OTTAWA—Last week was the best of times and the worst of times when it comes to moving the needle on equality.

Symbols matter when it comes to diversity. That is why the face of Viola Desmond on Canada’s new $10 note is much more than simply an image on plastic.

It underscores Desmond’s groundbreaking battle for inclusion, as a black woman who had the audacity to sit in the whites-only section at the cinema.

For her troubles, Desmond was convicted of a tax violation based on the price difference in the seat she purchased and where she sat at the Roseland Theatre in New Glasgow, N.S., in 1946.

Desmond became the first person to be pardoned posthumously for the conviction but it took the government 64 years to get around to it.

The launch of the new $10 bill makes her the first Canadian non-regal woman to appear alone on Canadian currency.

The Famous Five, and Quebec suffragette Therese Casgrain were the first non-monarch women to appear as a group, in a $50 series that was launched in 2001.

Emily Murphy, Irene Parlby, Nellie McClung, Louise McKinney, and Henrietta Moore Edwards were responsible for securing the right for women to sit alongside men in the Senate.

The Canadian Supreme Court turned down their initial application but the Famous Five ultimately got justice by appealing successfully to the British Privy Council.

That ruling back in 1929 became known as the Person’s Case and cleared the way for women to serve in the Red Chamber.

The $50 commemorative bill remained in circulation for a decade but the women’s images were replaced by an icebreaker during the government of Stephen Harper in 2012.

The announcement of another female face on our currency is long overdue.

The Desmond decision came on the heels of another symbolic gesture that egregiously turned back the clock.

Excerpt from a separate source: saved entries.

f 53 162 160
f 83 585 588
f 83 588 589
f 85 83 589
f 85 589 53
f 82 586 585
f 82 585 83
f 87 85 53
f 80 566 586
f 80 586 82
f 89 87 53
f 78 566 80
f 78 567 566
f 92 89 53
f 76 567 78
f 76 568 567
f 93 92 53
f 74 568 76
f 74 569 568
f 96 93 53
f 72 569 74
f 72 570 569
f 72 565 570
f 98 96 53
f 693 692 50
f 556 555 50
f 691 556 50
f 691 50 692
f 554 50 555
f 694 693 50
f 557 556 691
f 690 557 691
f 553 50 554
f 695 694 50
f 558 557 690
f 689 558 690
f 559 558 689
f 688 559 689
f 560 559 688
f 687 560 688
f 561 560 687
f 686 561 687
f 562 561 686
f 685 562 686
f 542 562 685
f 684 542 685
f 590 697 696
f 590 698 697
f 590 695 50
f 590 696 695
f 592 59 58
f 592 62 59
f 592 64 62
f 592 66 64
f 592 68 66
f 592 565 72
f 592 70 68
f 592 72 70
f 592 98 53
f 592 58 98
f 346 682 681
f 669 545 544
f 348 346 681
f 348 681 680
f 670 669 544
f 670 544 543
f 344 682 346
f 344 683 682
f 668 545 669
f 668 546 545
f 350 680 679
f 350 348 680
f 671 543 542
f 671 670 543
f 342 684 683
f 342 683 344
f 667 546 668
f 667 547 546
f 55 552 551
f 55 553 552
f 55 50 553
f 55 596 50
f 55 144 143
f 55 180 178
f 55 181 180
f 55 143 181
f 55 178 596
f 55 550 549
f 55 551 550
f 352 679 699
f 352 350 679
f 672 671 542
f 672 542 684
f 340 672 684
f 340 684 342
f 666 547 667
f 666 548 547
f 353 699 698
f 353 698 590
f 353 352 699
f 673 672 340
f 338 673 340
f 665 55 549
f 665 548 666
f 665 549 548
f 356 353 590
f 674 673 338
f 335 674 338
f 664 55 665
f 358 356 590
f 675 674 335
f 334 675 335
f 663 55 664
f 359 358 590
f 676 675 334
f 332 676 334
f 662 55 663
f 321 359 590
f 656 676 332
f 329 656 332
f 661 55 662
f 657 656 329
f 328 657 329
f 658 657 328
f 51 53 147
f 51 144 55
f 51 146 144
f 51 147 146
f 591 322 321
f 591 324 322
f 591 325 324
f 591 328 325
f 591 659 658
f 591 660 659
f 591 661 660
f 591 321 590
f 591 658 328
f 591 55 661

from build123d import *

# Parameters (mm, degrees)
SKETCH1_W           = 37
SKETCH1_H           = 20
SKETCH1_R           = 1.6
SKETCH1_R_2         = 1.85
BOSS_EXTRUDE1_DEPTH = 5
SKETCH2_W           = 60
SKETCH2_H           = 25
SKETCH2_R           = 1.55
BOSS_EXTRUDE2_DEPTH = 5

The Progressive Conservative Party of Ontario convention moved forward with a process to endorse a resolution that labelled gender identity as “a highly controversial, unscientific ‘liberal ideology.’”

The proposal by former provincial leadership candidate Tanya Granic Allen calls for the termination of gender theory education in Ontario schools.

Premier Doug Ford and his cabinet were quick to distance themselves from the move, saying they will not implement the proposal.

But Granic Allen plans to pursue her resolution at the party’s policy convention a year from now and claims that she is “just following Doug’s lead on the issue.”

When Ford was running for the Tory leadership, he promised to remove gender theory teaching from the curriculum. In return, Granic Allen’s socially conservative backers moved to Ford when she was knocked off the ballot early.

Now the chickens are coming home to roost. Ford may distance himself from Granic Allen but the majority of members in the party he leads are happy to send the message that transgender identity does not exist.

The victims in this narrative are the transgendered people still struggling for equality in society.

The majority of trans youth are alienated from their families. Some of them end up on the street. Two-thirds of transgendered adolescents report that they have self-harmed in the last year.

The sex education curriculum that explores their issues is simply an attempt to create a platform for learning and understanding.